Au bout de 5 minutes, les mouvements de la membrane clignotante sont plus fréquents; l'animal chancelle sur ses pattes, hérisse ses plumes et se fouille la surface du corps avec le bec, comme s'il éprouvait des démangeaisons.

15 minutes. Il est endormi, mais il s'éveille dès qu'on le prend ou qu'on l'excite, trébuche et tombe en avant lorsqu'il veut courir. Sa respiration paraît plus lente.

40 minutes. Même état.

1 heure et un quart. Respiration, 21 par minutes; pulsations cardiaques, 100.

1 heure et demie. Essaie de dormir sur une seule patte, mais il tombe sitôt qu'il referme les yeux.

Il n'avait pas encore repris toute sa vivacité à 6 heures du soir; le lendemain ses allures étaient les mêmes qu'avant l'opération.

3me EXPERIENCE. -Sur un pigeon måle adulte, plus fort que le précédent, nous faisons une injection de 25 centigrammes d'hydrate.
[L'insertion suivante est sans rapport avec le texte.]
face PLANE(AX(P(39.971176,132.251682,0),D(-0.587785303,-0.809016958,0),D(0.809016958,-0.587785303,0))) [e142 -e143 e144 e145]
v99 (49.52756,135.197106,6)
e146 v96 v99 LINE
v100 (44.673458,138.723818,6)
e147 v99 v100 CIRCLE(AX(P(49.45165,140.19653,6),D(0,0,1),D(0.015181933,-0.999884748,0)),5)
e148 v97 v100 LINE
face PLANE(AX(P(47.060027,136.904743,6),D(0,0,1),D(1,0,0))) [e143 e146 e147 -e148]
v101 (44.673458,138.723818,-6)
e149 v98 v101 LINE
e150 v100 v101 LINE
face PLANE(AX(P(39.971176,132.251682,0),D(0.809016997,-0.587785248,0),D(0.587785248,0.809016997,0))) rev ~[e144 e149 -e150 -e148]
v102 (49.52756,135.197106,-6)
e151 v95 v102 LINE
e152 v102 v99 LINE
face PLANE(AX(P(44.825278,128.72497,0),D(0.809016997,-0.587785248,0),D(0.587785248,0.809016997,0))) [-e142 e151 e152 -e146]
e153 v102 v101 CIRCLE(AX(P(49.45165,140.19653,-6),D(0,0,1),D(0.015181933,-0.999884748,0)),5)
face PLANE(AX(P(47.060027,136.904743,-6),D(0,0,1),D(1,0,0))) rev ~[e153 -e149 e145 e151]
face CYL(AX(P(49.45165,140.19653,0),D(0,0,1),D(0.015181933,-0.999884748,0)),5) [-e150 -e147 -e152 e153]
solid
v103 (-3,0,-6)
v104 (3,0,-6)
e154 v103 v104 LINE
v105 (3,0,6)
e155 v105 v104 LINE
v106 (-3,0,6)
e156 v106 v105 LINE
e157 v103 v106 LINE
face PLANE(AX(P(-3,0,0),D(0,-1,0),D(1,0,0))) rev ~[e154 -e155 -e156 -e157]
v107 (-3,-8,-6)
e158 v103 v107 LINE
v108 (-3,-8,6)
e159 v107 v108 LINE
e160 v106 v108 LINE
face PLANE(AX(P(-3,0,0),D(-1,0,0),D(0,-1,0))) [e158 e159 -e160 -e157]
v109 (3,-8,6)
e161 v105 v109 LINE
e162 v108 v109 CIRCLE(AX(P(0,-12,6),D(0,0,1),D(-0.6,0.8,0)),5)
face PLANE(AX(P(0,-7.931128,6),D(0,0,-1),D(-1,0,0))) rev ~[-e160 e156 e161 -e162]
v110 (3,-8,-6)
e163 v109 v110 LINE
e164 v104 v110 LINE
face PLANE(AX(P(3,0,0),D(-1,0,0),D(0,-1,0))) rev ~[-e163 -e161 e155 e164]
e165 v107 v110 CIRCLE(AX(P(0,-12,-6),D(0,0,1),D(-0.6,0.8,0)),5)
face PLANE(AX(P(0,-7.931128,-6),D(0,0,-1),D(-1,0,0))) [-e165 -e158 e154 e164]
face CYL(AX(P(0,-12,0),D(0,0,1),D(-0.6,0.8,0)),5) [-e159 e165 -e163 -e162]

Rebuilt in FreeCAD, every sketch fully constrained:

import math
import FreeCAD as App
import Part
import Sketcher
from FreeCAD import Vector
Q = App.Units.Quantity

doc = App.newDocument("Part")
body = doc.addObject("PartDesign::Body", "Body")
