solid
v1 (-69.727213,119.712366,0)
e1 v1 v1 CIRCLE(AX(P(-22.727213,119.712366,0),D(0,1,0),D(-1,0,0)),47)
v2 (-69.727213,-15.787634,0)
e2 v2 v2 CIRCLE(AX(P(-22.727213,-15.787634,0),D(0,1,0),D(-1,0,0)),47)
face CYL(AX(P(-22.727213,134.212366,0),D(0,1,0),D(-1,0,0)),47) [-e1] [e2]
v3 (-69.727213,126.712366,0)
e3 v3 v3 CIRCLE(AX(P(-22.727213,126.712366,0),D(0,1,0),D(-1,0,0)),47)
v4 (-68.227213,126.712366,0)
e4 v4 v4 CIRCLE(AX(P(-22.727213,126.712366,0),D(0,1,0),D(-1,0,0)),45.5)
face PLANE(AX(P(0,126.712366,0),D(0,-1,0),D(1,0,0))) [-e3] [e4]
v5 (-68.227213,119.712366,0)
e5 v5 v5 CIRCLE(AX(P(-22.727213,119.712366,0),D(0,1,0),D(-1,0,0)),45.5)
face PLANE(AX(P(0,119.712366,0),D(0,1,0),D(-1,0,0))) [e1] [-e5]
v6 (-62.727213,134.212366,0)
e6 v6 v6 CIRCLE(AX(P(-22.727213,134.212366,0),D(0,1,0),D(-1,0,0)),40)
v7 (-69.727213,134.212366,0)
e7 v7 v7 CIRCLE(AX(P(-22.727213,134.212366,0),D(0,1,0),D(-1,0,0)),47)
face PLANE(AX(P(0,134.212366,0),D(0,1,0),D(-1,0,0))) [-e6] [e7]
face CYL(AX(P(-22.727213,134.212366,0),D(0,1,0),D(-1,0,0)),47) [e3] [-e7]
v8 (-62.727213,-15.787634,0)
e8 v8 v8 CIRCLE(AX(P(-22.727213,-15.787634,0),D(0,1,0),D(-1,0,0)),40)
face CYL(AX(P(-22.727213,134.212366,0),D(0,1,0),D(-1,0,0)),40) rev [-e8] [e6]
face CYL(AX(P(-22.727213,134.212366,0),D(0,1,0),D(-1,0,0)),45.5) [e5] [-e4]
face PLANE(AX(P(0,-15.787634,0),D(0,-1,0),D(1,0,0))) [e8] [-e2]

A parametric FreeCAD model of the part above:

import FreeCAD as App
import Part
import Sketcher
Q = App.Units.Quantity

doc = App.newDocument("Part")
body = doc.addObject("PartDesign::Body", "Body")

# Sketch on XY plane
sketch1 = body.newObject("Sketcher::SketchObject", "Sketch")
sketch1.AttachmentSupport = (doc.getObject("XY_Plane"), [""])
sketch1.MapMode = "FlatFace"
sketch1.addGeometry([
    Part.LineSegment(App.Vector(17.272787, 134.212366, 0), App.Vector(17.272787, -15.787634, 0)),  # 0
    Part.LineSegment(App.Vector(17.272787, -15.787634, 0), App.Vector(24.272787, -15.787634, 0)),  # 1
    Part.LineSegment(App.Vector(24.272787, -15.787634, 0), App.Vector(24.272787, 119.712366, 0)),  # 2
    Part.LineSegment(App.Vector(24.272787, 119.712366, 0), App.Vector(22.772787, 119.712366, 0)),  # 3
    Part.LineSegment(App.Vector(22.772787, 119.712366, 0), App.Vector(22.772787, 126.712366, 0)),  # 4
    Part.LineSegment(App.Vector(22.772787, 126.712366, 0), App.Vector(24.272787, 126.712366, 0)),  # 5
    Part.LineSegment(App.Vector(24.272787, 126.712366, 0), App.Vector(24.272787, 134.212366, 0)),  # 6
    Part.LineSegment(App.Vector(24.272787, 134.212366, 0), App.Vector(17.272787, 134.212366, 0)),  # 7
], False)
sketch1.addGeometry(Part.LineSegment(App.Vector(-22.727213, 134.212366, 0), App.Vector(-22.727213, -15.787634, 0)), True)  # axis
sketch1.addConstraint([
    Sketcher.Constraint("Coincident", 0, 2, 1, 1),
    Sketcher.Constraint("Coincident", 1, 2, 2, 1),
    Sketcher.Constraint("Coincident", 2, 2, 3, 1),
    Sketcher.Constraint("Coincident", 3, 2, 4, 1),
    Sketcher.Constraint("Coincident", 4, 2, 5, 1),
    Sketcher.Constraint("Coincident", 5, 2, 6, 1),
    Sketcher.Constraint("Coincident", 6, 2, 7, 1),
    Sketcher.Constraint("Coincident", 7, 2, 0, 1),
    Sketcher.Constraint("Vertical", 0),
    Sketcher.Constraint("Horizontal", 1),
    Sketcher.Constraint("Vertical", 2),
    Sketcher.Constraint("Horizontal", 3),
    Sketcher.Constraint("Vertical", 4),
    Sketcher.Constraint("Horizontal", 5),
    Sketcher.Constraint("Vertical", 6),
    Sketcher.Constraint("Horizontal", 7),
    Sketcher.Constraint("Vertical", 8),
    Sketcher.Constraint("Horizontal", 7, 2, 8, 1),
    Sketcher.Constraint("Horizontal", 1, 2, 8, 2),
    Sketcher.Constraint("Vertical", 2, 2, 5, 2),
    Sketcher.Constraint("Equal", 7, 4),
    Sketcher.Constraint("DistanceX", 1, 1, 1, 2, Q("7 mm")),
    Sketcher.Constraint("DistanceY", 0, 2, 0, 1, Q("150 mm")),
    Sketcher.Constraint("DistanceX", 3, 2, 3, 1, Q("1.5 mm")),
    Sketcher.Constraint("DistanceY", 2, 1, 2, 2, Q("135.5 mm")),
    Sketcher.Constraint("DistanceX", 8, 1, 7, 2, Q("40 mm")),
    Sketcher.Constraint("DistanceX", -1, 1, 0, 2, Q("17.272787 mm")),
    Sketcher.Constraint("DistanceY", 0, 2, -1, 1, Q("15.787634 mm")),
])
revolution = body.newObject("PartDesign::Revolution", "Revolution")
revolution.Profile = sketch1
revolution.ReferenceAxis = (sketch1, ["Axis0"])
revolution.Angle = 360

doc.recompute()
Les phénomènes furent absolument semblables à ceux de l'expérience ci-dessus; seulement le narcotisme fut plus prononcé et il y eut sept ou huit fois des vomissements. Nous avons recherché sur chacun de ces pigeons l'odeur de chloroforme dans l'air expiré, mais nous n'avons rien découvert. Nous avons été d'autant plus étonné de ne pas obtenir dans ces deux cas des effets plus marqués, que Richardson indique la dose de 1 1/2 à 2 1/2 grains (10 à 16 centigrammes) comme suffisante pour provoquer chez les pigeons un narcotisme complet.

4me EXPÉRIENCE.

Nous injectons sous la peau du dos, à un cabiai mâle adulte, 12 centigrammes de chloral hydraté. L'animal, observé durant plus de deux heures, ne nous offre aucun changement dans son étal.

5me EXPÉRIENCE. Deux jours plus tard, nous faisons au même animal une injection de 25 centigrammes sous la peau de la poitrine. Il demeure, en apparence, aussi indemne que la première fois.

6me EXPÉRIENCE. Deux jours après cette seconde expérience, nous soumettons ce petit cabiai à une troisième épreuve; nous lui injectons dans l'intestin, à 3 heures 50 minutes, 50 centigrammes d'hydrate dissous dans 15 grammes d'eau.

Au bout de 5 minutes, l'animal ne marche plus qu'en trainant les membres postérieurs.